After a great meal, the next day my father and I went exploring around Shaoxing. The famous author Lu Xun has his ancestral home near the City core so we went there and shared  plate of famous Shaoxing dishes, some referenced in Lu Xun’s work. Shaoxing food is known for it’s liberal use of Shaoxing Yellow wine. It is one of my favourite cooking ingredients – although sadly the ones found in your local Asian grocer bear very little resemblance to the real thing. Shaoxing also has some of the best fermented vegetables and fresh green tea leaves I have ever had in my very biased opinion.

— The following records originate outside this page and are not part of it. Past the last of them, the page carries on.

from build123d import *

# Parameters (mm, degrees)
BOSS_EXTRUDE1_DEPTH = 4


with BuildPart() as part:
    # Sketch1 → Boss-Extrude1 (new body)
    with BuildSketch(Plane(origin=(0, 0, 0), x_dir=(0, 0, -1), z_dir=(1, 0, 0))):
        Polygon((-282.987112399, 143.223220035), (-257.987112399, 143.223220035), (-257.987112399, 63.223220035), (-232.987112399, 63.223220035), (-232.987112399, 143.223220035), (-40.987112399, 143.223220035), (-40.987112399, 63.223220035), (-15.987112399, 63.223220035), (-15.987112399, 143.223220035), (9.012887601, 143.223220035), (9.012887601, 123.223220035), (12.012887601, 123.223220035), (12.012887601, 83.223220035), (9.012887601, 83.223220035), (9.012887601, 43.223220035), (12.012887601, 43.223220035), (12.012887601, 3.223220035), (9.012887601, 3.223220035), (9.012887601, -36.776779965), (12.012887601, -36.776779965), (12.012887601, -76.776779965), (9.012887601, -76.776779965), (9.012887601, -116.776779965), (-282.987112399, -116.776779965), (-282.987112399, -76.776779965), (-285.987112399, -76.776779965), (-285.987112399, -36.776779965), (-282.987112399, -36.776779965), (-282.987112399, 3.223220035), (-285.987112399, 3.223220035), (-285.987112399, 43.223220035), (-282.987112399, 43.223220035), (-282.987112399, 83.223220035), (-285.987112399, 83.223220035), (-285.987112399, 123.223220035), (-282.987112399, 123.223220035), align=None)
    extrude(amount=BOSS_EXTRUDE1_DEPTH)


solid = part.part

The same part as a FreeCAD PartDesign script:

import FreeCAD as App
import Part
import Sketcher

doc = App.newDocument("Part")
body = doc.addObject("PartDesign::Body", "Body")

# Sketch on YZ plane
sketch1 = doc.addObject("Sketcher::SketchObject", "Sketch")
body.addObject(sketch1)
sketch1.AttachmentSupport = (doc.YZ_Plane, [""])
sketch1.MapMode = "FlatFace"
sketch1.addGeometry([
    Part.LineSegment(App.Vector(143.22322, 257.987112, 0), App.Vector(143.22322, 282.987112, 0)),  # 0
    Part.LineSegment(App.Vector(143.22322, 282.987112, 0), App.Vector(123.22322, 282.987112, 0)),  # 1
    Part.LineSegment(App.Vector(123.22322, 282.987112, 0), App.Vector(123.22322, 285.987112, 0)),  # 2
    Part.LineSegment(App.Vector(123.22322, 285.987112, 0), App.Vector(83.22322, 285.987112, 0)),  # 3
    Part.LineSegment(App.Vector(83.22322, 285.987112, 0), App.Vector(83.22322, 282.987112, 0)),  # 4
    Part.LineSegment(App.Vector(83.22322, 282.987112, 0), App.Vector(43.22322, 282.987112, 0)),  # 5
    Part.LineSegment(App.Vector(43.22322, 282.987112, 0), App.Vector(43.22322, 285.987112, 0)),  # 6
    Part.LineSegment(App.Vector(43.22322, 285.987112, 0), App.Vector(3.22322, 285.987112, 0)),  # 7
    Part.LineSegment(App.Vector(3.22322, 285.987112, 0), App.Vector(3.22322, 282.987112, 0)),  # 8
    Part.LineSegment(App.Vector(3.22322, 282.987112, 0), App.Vector(-36.77678, 282.987112, 0)),  # 9
    Part.LineSegment(App.Vector(-36.77678, 282.987112, 0), App.Vector(-36.77678, 285.987112, 0)),  # 10
    Part.LineSegment(App.Vector(-36.77678, 285.987112, 0), App.Vector(-76.77678, 285.987112, 0)),  # 11
    Part.LineSegment(App.Vector(-76.77678, 285.987112, 0), App.Vector(-76.77678, 282.987112, 0)),  # 12
    Part.LineSegment(App.Vector(-76.77678, 282.987112, 0), App.Vector(-116.77678, 282.987112, 0)),  # 13
    Part.LineSegment(App.Vector(-116.77678, 282.987112, 0), App.Vector(-116.77678, -9.012888, 0)),  # 14
    Part.LineSegment(App.Vector(-116.77678, -9.012888, 0), App.Vector(-76.77678, -9.012888, 0)),  # 15
    Part.LineSegment(App.Vector(-76.77678, -9.012888, 0), App.Vector(-76.77678, -12.012888, 0)),  # 16
    Part.LineSegment(App.Vector(-76.77678, -12.012888, 0), App.Vector(-36.77678, -12.012888, 0)),  # 17
    Part.LineSegment(App.Vector(-36.77678, -12.012888, 0), App.Vector(-36.77678, -9.012888, 0)),  # 18
    Part.LineSegment(App.Vector(-36.77678, -9.012888, 0), App.Vector(3.22322, -9.012888, 0)),  # 19
    Part.LineSegment(App.Vector(3.22322, -9.012888, 0), App.Vector(3.22322, -12.012888, 0)),  # 20
    Part.LineSegment(App.Vector(3.22322, -12.012888, 0), App.Vector(43.22322, -12.012888, 0)),  # 21
    Part.LineSegment(App.Vector(43.22322, -12.012888, 0), App.Vector(43.22322, -9.012888, 0)),  # 22
    Part.LineSegment(App.Vector(43.22322, -9.012888, 0), App.Vector(83.22322, -9.012888, 0)),  # 23
    Part.LineSegment(App.Vector(83.22322, -9.012888, 0), App.Vector(83.22322, -12.012888, 0)),  # 24
    Part.LineSegment(App.Vector(83.22322, -12.012888, 0), App.Vector(123.22322, -12.012888, 0)),  # 25
    Part.LineSegment(App.Vector(123.22322, -12.012888, 0), App.Vector(123.22322, -9.012888, 0)),  # 26
    Part.LineSegment(App.Vector(123.22322, -9.012888, 0), App.Vector(143.22322, -9.012888, 0)),  # 27
    Part.LineSegment(App.Vector(143.22322, -9.012888, 0), App.Vector(143.22322, 15.987112, 0)),  # 28
    Part.LineSegment(App.Vector(143.22322, 15.987112, 0), App.Vector(63.22322, 15.987112, 0)),  # 29
    Part.LineSegment(App.Vector(63.22322, 15.987112, 0), App.Vector(63.22322, 40.987112, 0)),  # 30
    Part.LineSegment(App.Vector(63.22322, 40.987112, 0), App.Vector(143.22322, 40.987112, 0)),  # 31
    Part.LineSegment(App.Vector(143.22322, 40.987112, 0), App.Vector(143.22322, 232.987112, 0)),  # 32
    Part.LineSegment(App.Vector(143.22322, 232.987112, 0), App.Vector(63.22322, 232.987112, 0)),  # 33
    Part.LineSegment(App.Vector(63.22322, 232.987112, 0), App.Vector(63.22322, 257.987112, 0)),  # 34
    Part.LineSegment(App.Vector(63.22322, 257.987112, 0), App.Vector(143.22322, 257.987112, 0)),  # 35
], False)
sketch1.addConstraint([
    Sketcher.Constraint("Coincident", 0, 2, 1, 1),
    Sketcher.Constraint("Coincident", 1, 2, 2, 1),
    Sketcher.Constraint("Coincident", 2, 2, 3, 1),
    Sketcher.Constraint("Coincident", 3, 2, 4, 1),
    Sketcher.Constraint("Coincident", 4, 2, 5, 1),
    Sketcher.Constraint("Coincident", 5, 2, 6, 1),
    Sketcher.Constraint("Coincident", 6, 2, 7, 1),
    Sketcher.Constraint("Coincident", 7, 2, 8, 1),
    Sketcher.Constraint("Coincident", 8, 2, 9, 1),
    Sketcher.Constraint("Coincident", 9, 2, 10, 1),
    Sketcher.Constraint("Coincident", 10, 2, 11, 1),
    Sketcher.Constraint("Coincident", 11, 2, 12, 1),
    Sketcher.Constraint("Coincident", 12, 2, 13, 1),
    Sketcher.Constraint("Coincident", 13, 2, 14, 1),
    Sketcher.Constraint("Coincident", 14, 2, 15, 1),
    Sketcher.Constraint("Coincident", 15, 2, 16, 1),
    Sketcher.Constraint("Coincident", 16, 2, 17, 1),
    Sketcher.Constraint("Coincident", 17, 2, 18, 1),
    Sketcher.Constraint("Coincident", 18, 2, 19, 1),
    Sketcher.Constraint("Coincident", 19, 2, 20, 1),
    Sketcher.Constraint("Coincident", 20, 2, 21, 1),
    Sketcher.Constraint("Coincident", 21, 2, 22, 1),
    Sketcher.Constraint("Coincident", 22, 2, 23, 1),
    Sketcher.Constraint("Coincident", 23, 2, 24, 1),
    Sketcher.Constraint("Coincident", 24, 2, 25, 1),
    Sketcher.Constraint("Coincident", 25, 2, 26, 1),
    Sketcher.Constraint("Coincident", 26, 2, 27, 1),
    Sketcher.Constraint("Coincident", 27, 2, 28, 1),
    Sketcher.Constraint("Coincident", 28, 2, 29, 1),
    Sketcher.Constraint("Coincident", 29, 2, 30, 1),
    Sketcher.Constraint("Coincident", 30, 2, 31, 1),
    Sketcher.Constraint("Coincident", 31, 2, 32, 1),
    Sketcher.Constraint("Coincident", 32, 2, 33, 1),
    Sketcher.Constraint("Coincident", 33, 2, 34, 1),
    Sketcher.Constraint("Coincident", 34, 2, 35, 1),
    Sketcher.Constraint("Coincident", 35, 2, 0, 1),
    Sketcher.Constraint("Vertical", 0),
    Sketcher.Constraint("Horizontal", 1),
    Sketcher.Constraint("Vertical", 2),
    Sketcher.Constraint("Horizontal", 3),
    Sketcher.Constraint("Vertical", 4),
    Sketcher.Constraint("Horizontal", 5),
    Sketcher.Constraint("Vertical", 6),
    Sketcher.Constraint("Horizontal", 7),
    Sketcher.Constraint("Vertical", 8),
    Sketcher.Constraint("Horizontal", 9),
    Sketcher.Constraint("Vertical", 10),
    Sketcher.Constraint("Horizontal", 11),
    Sketcher.Constraint("Vertical", 12),
    Sketcher.Constraint("Horizontal", 13),
    Sketcher.Constraint("Vertical", 14),
    Sketcher.Constraint("Horizontal", 15),
    Sketcher.Constraint("Vertical", 16),
    Sketcher.Constraint("Horizontal", 17),
    Sketcher.Constraint("Vertical", 18),
    Sketcher.Constraint("Horizontal", 19),
    Sketcher.Constraint("Vertical", 20),
    Sketcher.Constraint("Horizontal", 21),
    Sketcher.Constraint("Vertical", 22),
    Sketcher.Constraint("Horizontal", 23),
    Sketcher.Constraint("Vertical", 24),
    Sketcher.Constraint("Horizontal", 25),
    Sketcher.Constraint("Vertical", 26),
    Sketcher.Constraint("Horizontal", 27),
    Sketcher.Constraint("Vertical", 28),
    Sketcher.Constraint("Horizontal", 29),
    Sketcher.Constraint("Vertical", 30),
    Sketcher.Constraint("Horizontal", 31),
    Sketcher.Constraint("Vertical", 32),
    Sketcher.Constraint("Horizontal", 33),
    Sketcher.Constraint("Vertical", 34),
    Sketcher.Constraint("Horizontal", 35),
    Sketcher.Constraint("Horizontal", 1, 2, 4, 2),
    Sketcher.Constraint("Horizontal", 3, 2, 6, 2),
    Sketcher.Constraint("Horizontal", 5, 2, 8, 2),
    Sketcher.Constraint("Horizontal", 7, 2, 10, 2),
    Sketcher.Constraint("Horizontal", 9, 2, 12, 2),
    Sketcher.Constraint("Horizontal", 15, 2, 18, 2),
    Sketcher.Constraint("Horizontal", 17, 2, 20, 2),
    Sketcher.Constraint("Horizontal", 19, 2, 22, 2),
    Sketcher.Constraint("Horizontal", 21, 2, 24, 2),
    Sketcher.Constraint("Horizontal", 23, 2, 26, 2),
    Sketcher.Constraint("Vertical", 12, 2, 15, 2),
    Sketcher.Constraint("Vertical", 10, 2, 17, 2),
    Sketcher.Constraint("Vertical", 8, 2, 19, 2),
    Sketcher.Constraint("Vertical", 6, 2, 21, 2),
    Sketcher.Constraint("Vertical", 4, 2, 23, 2),
    Sketcher.Constraint("Vertical", 2, 2, 25, 2),
    Sketcher.Constraint("Vertical", 0, 2, 27, 2),
    Sketcher.Constraint("Vertical", 28, 2, 31, 2),
    Sketcher.Constraint("Vertical", 30, 2, 33, 2),
    Sketcher.Constraint("Equal", 3, 5),
    Sketcher.Constraint("Equal", 5, 7),
    Sketcher.Constraint("Equal", 7, 9),
    Sketcher.Constraint("Equal", 9, 11),
    Sketcher.Constraint("Equal", 11, 13),
    Sketcher.Constraint("Equal", 12, 16),
    Sketcher.Constraint("Equal", 0, 28),
    Sketcher.Constraint("Equal", 28, 30),
    Sketcher.Constraint("Equal", 30, 34),
    Sketcher.Constraint("DistanceX", 1, 2, 1, 1, 20.0),
    Sketcher.Constraint("DistanceX", 3, 2, 3, 1, 40.0),
    Sketcher.Constraint("DistanceX", 29, 2, 29, 1, 80.0),
    Sketcher.Constraint("DistanceY", 0, 1, 0, 2, 25.0),
    Sketcher.Constraint("DistanceY", 2, 1, 2, 2, 3.0),
    Sketcher.Constraint("DistanceY", 14, 2, 14, 1, 292.0),
    Sketcher.Constraint("DistanceX", -1, 1, 0, 2, 143.22322),
    Sketcher.Constraint("DistanceY", -1, 1, 0, 2, 282.987112),
])
pad1 = doc.addObject("PartDesign::Pad", "Pad")
body.addObject(pad1)
pad1.Profile = sketch1
pad1.Length = 4

doc.recompute()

I remember being happy – having convinced my father to make this trip and learning more about him and history that I had spent 24 years of my life entirely oblivious to.

Qiu Jin

This woman needs no introduction. She is one of China’s first feminist heroes, considered China’s ‘Joan of Arc.’ Without butchering the importance of her life story (which the New York times partially covers in their Overlooked series here), she was important as she fought against the patriarchal imperialist society of the time and her own arranged marriage where her spouse subjugated her to a house wife role. She ended up cutting her hair, dressing like a man, and going to Japan to study and eventually became a revolutionary martyr. In coming back and trying to organize she ended up back in her ancestral home town of Shaoxing. She was eventually murdered (beheaded) by the Qing troops who caught up with her in Shaoxing.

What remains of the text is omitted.